§ Exercise details
Whenever "DIRECTION" appears in a line, please copy that line from the data.

§ Records supplied
—————

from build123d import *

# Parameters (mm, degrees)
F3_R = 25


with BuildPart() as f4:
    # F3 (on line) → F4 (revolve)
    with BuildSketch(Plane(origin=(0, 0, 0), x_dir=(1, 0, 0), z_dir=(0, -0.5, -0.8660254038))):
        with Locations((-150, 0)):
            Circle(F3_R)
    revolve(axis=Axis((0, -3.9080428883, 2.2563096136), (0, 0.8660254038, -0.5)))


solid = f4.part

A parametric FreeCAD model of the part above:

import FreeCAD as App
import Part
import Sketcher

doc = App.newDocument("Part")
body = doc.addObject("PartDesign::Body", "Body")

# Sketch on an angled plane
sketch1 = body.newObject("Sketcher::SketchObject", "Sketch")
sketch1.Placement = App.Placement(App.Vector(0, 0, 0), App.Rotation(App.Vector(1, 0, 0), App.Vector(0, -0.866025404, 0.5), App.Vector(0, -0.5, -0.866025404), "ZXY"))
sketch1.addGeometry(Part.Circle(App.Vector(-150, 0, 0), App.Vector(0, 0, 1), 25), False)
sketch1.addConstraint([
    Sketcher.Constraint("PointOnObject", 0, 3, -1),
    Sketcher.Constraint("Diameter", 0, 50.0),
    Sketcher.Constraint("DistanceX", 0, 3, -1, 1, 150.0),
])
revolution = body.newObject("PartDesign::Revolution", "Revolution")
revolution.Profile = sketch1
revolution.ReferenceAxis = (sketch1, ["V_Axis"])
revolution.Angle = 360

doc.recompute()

—————

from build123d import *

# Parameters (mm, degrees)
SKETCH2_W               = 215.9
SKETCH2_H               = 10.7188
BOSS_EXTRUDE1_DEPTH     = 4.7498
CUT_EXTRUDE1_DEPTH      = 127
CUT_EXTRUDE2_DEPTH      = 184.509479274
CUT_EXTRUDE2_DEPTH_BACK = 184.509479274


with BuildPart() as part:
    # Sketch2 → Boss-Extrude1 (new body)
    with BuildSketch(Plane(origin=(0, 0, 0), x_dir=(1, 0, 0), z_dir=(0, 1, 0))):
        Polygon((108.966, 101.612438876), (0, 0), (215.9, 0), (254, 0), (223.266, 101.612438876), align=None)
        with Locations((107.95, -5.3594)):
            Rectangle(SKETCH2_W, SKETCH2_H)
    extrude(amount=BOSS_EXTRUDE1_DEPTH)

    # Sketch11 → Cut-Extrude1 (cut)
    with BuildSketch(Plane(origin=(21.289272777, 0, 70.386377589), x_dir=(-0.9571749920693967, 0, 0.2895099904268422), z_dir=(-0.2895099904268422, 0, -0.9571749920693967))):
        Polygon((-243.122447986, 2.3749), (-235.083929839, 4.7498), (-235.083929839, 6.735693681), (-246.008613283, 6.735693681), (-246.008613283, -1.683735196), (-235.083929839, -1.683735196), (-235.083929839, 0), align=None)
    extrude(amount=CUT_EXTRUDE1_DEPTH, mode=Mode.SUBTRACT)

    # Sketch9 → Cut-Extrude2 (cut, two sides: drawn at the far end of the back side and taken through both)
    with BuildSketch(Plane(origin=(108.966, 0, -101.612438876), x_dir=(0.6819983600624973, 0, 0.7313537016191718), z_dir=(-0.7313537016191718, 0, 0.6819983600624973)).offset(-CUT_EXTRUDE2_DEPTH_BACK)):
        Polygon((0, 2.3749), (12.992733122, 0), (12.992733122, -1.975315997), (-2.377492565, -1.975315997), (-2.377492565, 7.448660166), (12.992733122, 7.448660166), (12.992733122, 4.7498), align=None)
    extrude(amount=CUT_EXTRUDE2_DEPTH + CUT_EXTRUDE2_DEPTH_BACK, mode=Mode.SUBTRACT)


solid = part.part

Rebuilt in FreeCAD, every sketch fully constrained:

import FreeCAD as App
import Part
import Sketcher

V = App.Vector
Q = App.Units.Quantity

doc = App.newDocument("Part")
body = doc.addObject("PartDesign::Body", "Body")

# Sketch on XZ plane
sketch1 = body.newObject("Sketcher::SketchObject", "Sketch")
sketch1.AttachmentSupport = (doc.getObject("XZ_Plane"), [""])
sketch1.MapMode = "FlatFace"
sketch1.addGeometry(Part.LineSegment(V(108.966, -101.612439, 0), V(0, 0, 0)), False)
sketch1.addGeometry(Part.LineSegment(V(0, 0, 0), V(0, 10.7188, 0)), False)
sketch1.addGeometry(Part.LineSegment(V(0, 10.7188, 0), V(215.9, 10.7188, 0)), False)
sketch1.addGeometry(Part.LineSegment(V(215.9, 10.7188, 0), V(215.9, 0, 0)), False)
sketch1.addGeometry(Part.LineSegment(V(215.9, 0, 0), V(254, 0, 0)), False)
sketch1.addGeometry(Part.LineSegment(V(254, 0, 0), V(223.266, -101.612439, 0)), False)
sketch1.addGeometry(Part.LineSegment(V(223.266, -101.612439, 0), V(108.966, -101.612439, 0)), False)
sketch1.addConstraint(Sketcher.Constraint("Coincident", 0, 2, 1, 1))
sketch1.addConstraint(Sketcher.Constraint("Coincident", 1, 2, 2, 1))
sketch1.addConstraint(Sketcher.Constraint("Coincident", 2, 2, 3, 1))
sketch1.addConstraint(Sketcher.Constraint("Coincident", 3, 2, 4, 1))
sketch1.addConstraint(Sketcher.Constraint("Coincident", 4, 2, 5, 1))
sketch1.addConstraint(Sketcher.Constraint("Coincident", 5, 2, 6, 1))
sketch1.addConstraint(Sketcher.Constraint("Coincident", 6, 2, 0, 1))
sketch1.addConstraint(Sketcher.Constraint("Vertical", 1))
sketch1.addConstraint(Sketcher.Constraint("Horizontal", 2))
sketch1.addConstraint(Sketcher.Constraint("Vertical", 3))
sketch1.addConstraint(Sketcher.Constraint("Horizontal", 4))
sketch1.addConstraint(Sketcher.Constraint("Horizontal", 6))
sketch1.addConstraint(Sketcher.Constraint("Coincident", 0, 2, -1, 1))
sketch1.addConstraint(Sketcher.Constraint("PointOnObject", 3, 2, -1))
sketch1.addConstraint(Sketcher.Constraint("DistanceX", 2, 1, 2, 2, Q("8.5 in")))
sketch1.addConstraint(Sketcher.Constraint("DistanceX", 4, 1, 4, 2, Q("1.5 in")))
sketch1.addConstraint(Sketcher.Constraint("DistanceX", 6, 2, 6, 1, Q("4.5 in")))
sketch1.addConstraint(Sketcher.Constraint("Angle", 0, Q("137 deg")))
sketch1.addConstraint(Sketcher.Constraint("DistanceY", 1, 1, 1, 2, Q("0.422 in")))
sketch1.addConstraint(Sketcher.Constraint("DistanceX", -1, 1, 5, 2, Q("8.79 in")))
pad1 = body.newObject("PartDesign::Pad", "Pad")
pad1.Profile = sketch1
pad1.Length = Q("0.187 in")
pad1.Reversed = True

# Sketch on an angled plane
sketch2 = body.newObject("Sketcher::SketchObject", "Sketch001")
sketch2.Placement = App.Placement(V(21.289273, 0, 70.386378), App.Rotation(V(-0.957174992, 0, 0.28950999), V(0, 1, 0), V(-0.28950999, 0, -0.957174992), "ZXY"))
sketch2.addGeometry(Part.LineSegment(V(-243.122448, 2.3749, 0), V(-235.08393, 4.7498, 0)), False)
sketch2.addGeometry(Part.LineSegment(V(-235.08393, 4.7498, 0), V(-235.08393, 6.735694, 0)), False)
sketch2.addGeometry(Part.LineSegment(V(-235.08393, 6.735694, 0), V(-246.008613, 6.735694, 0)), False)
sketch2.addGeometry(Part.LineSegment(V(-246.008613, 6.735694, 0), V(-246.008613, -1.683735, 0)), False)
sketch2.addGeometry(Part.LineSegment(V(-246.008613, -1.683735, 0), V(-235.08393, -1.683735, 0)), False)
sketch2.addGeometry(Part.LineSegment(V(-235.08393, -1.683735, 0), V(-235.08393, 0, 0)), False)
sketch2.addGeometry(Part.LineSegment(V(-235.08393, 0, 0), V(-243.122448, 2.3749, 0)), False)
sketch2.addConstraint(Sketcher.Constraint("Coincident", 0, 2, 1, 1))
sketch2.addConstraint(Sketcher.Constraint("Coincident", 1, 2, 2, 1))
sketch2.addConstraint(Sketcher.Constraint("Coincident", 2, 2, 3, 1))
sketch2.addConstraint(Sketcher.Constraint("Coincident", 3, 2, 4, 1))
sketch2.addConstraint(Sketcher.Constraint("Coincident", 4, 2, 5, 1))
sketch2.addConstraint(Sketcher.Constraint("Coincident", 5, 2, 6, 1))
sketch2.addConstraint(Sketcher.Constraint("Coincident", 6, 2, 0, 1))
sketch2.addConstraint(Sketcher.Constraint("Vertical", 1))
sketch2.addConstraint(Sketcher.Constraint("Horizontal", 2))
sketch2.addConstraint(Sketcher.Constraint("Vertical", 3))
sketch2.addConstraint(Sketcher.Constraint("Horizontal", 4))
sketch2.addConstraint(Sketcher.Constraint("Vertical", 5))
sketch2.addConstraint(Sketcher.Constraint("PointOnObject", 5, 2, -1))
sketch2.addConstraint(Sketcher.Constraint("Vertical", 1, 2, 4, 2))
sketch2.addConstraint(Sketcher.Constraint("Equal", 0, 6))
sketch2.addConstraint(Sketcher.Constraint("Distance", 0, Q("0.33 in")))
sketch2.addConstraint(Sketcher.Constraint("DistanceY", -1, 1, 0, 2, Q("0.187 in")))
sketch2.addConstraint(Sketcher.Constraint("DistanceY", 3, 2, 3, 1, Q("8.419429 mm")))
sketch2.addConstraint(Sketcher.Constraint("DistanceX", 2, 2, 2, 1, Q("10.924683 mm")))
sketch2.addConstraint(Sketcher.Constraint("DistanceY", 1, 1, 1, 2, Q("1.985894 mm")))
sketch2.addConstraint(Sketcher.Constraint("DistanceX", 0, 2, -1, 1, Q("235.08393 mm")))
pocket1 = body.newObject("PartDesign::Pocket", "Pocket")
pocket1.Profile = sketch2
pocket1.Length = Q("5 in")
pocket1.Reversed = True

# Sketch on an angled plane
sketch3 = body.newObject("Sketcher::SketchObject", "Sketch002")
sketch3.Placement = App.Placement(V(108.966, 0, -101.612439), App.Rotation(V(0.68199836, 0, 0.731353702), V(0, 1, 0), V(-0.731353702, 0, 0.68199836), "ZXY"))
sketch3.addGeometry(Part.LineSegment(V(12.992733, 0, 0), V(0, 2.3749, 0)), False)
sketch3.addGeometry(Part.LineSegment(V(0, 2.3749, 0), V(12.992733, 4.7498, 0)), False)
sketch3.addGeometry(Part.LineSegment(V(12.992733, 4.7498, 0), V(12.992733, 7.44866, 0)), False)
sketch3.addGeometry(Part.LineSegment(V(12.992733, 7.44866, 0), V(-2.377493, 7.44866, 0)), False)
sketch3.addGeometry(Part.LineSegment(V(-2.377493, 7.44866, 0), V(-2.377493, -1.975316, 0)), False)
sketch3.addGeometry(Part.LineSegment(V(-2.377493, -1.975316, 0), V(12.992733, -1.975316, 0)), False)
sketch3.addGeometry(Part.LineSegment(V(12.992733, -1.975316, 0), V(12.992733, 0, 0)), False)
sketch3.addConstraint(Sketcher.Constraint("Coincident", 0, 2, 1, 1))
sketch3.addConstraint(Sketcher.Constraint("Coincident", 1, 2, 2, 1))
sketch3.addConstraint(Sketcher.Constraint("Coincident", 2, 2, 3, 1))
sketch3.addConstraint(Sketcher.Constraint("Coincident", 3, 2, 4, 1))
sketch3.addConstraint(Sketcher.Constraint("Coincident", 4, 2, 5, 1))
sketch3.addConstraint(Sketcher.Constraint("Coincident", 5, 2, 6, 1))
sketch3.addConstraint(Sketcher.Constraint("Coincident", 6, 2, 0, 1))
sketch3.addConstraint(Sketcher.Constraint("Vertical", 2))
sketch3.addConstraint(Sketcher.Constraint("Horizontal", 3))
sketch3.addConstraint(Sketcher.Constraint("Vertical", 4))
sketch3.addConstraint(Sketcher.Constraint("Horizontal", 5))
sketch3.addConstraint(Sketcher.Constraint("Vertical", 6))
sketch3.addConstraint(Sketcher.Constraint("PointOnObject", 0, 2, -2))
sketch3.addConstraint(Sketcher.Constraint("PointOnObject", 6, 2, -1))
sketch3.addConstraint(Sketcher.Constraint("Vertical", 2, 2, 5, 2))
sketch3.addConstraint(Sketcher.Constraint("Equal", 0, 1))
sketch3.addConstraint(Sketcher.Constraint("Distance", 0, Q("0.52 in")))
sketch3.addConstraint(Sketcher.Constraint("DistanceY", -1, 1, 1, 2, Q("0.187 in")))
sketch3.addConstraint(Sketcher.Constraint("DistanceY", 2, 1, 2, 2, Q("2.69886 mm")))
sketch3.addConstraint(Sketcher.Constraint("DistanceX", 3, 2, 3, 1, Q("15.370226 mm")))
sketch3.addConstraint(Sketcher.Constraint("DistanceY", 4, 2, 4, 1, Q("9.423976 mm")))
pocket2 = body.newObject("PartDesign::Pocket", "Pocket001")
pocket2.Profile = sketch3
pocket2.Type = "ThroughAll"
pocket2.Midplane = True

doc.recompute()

—————

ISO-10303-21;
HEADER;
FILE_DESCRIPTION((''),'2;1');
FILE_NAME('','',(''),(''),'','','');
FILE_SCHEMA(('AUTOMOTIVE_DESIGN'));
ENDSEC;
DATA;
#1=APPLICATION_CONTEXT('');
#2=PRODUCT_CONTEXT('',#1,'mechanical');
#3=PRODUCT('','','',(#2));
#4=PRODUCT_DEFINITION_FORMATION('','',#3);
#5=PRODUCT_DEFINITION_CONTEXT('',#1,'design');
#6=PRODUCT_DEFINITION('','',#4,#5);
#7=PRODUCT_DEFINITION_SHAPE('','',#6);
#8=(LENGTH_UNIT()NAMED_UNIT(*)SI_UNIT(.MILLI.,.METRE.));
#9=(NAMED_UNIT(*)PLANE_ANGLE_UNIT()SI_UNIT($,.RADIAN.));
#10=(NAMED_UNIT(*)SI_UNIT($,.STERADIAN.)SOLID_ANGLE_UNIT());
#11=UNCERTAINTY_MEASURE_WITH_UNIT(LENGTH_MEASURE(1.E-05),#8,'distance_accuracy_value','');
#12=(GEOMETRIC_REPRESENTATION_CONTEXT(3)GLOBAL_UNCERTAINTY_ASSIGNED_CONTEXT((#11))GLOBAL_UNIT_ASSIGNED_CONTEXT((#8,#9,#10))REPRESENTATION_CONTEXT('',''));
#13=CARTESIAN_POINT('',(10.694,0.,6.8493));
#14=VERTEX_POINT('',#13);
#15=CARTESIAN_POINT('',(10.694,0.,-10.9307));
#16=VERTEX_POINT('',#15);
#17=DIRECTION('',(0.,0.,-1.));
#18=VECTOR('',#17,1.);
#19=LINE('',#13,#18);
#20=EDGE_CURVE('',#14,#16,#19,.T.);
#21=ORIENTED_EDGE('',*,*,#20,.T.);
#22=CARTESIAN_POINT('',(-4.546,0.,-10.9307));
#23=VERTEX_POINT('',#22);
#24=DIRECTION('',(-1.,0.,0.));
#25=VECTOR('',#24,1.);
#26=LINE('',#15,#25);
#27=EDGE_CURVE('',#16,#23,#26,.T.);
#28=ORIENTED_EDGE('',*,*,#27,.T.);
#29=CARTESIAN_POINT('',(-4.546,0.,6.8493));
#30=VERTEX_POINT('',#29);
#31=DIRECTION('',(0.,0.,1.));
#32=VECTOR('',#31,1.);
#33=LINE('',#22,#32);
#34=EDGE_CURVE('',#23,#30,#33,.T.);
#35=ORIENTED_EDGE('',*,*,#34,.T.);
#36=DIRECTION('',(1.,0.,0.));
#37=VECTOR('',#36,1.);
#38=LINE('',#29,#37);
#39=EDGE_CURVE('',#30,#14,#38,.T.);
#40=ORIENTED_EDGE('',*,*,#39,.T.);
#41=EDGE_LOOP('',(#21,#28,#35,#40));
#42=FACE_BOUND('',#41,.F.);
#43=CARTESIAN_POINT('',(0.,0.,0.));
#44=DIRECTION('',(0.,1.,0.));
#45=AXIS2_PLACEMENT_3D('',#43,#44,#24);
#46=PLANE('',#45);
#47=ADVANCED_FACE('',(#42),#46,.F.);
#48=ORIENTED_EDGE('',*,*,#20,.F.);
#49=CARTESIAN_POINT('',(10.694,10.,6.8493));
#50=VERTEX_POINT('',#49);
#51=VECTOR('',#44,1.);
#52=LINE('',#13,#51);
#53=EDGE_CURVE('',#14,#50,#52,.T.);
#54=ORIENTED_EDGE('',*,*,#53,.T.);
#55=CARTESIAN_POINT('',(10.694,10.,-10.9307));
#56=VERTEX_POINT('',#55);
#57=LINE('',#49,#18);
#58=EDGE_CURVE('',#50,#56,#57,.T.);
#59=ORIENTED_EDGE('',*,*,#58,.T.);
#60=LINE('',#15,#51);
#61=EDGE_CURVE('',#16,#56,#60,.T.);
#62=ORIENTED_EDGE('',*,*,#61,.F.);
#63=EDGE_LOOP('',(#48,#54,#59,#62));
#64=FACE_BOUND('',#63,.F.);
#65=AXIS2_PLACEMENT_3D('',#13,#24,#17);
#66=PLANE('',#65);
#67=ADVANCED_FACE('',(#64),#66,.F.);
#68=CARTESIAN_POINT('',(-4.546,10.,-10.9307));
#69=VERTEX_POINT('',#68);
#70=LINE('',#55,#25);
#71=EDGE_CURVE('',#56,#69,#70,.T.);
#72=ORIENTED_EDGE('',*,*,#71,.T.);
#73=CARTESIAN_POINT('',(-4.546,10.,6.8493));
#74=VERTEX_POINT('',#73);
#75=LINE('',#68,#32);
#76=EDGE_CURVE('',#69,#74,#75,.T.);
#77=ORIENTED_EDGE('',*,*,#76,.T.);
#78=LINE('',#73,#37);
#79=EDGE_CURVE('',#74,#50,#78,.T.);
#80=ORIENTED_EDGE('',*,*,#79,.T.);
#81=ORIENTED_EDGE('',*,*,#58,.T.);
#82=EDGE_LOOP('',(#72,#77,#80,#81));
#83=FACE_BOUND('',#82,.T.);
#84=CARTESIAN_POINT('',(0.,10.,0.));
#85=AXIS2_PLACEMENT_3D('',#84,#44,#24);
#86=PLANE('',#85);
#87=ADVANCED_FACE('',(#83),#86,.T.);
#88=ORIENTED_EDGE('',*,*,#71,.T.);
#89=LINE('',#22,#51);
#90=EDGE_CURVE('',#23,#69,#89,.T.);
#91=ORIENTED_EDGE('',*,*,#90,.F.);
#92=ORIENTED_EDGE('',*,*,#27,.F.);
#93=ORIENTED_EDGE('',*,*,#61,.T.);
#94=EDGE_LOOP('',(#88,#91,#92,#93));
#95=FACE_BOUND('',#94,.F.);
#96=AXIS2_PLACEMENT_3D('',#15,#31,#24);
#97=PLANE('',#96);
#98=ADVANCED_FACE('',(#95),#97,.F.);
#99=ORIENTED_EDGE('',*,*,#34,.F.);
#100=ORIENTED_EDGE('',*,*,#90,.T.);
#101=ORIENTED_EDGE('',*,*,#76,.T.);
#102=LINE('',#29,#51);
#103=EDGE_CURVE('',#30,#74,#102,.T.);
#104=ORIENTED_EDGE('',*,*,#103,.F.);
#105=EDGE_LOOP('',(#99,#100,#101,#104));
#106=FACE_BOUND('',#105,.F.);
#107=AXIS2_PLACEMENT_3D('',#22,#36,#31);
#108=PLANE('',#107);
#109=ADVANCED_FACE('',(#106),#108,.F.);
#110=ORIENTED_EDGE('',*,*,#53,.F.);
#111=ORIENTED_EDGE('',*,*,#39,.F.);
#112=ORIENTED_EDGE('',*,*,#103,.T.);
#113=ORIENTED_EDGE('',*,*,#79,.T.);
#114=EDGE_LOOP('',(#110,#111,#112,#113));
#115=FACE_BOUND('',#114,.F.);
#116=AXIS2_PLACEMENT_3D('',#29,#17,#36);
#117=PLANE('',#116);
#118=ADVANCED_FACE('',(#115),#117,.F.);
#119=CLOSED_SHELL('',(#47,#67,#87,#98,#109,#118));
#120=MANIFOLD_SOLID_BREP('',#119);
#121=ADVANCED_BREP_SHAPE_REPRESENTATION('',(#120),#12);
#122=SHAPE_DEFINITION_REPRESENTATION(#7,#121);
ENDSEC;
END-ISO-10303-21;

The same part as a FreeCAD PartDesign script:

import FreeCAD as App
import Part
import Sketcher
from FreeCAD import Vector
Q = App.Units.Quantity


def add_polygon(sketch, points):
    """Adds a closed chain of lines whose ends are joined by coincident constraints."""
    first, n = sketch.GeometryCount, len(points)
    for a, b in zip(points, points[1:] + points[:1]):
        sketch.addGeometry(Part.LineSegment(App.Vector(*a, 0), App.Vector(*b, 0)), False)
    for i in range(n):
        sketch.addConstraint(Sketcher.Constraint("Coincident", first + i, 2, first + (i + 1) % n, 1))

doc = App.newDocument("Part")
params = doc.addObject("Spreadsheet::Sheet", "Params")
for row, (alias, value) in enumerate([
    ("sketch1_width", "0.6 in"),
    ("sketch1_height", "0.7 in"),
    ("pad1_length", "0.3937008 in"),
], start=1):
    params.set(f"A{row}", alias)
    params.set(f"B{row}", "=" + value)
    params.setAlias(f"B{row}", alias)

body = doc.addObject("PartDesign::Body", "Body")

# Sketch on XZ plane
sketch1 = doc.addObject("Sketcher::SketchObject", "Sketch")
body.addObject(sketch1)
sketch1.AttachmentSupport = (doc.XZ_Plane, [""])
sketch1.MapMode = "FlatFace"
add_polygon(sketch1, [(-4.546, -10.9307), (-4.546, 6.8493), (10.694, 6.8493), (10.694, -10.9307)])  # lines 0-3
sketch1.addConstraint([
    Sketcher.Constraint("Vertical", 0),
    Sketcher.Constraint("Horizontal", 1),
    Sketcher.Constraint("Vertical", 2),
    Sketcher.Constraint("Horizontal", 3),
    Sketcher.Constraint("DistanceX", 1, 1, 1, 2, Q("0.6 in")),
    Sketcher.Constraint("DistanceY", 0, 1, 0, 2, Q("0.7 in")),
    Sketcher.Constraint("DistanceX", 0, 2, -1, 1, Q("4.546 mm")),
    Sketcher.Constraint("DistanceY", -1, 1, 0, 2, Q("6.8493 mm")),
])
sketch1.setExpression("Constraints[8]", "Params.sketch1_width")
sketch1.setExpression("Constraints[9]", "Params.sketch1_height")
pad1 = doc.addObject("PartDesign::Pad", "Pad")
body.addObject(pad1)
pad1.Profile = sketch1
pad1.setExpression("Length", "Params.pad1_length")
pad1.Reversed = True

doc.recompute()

—————

§ Problem solution
#17=DIRECTION('',(0.,0.,-1.));
#24=DIRECTION('',(-1.,0.,0.));
#31=DIRECTION('',(0.,0.,1.));
#36=DIRECTION('',(1.,0.,0.));
#44=DIRECTION('',(0.,1.,0.));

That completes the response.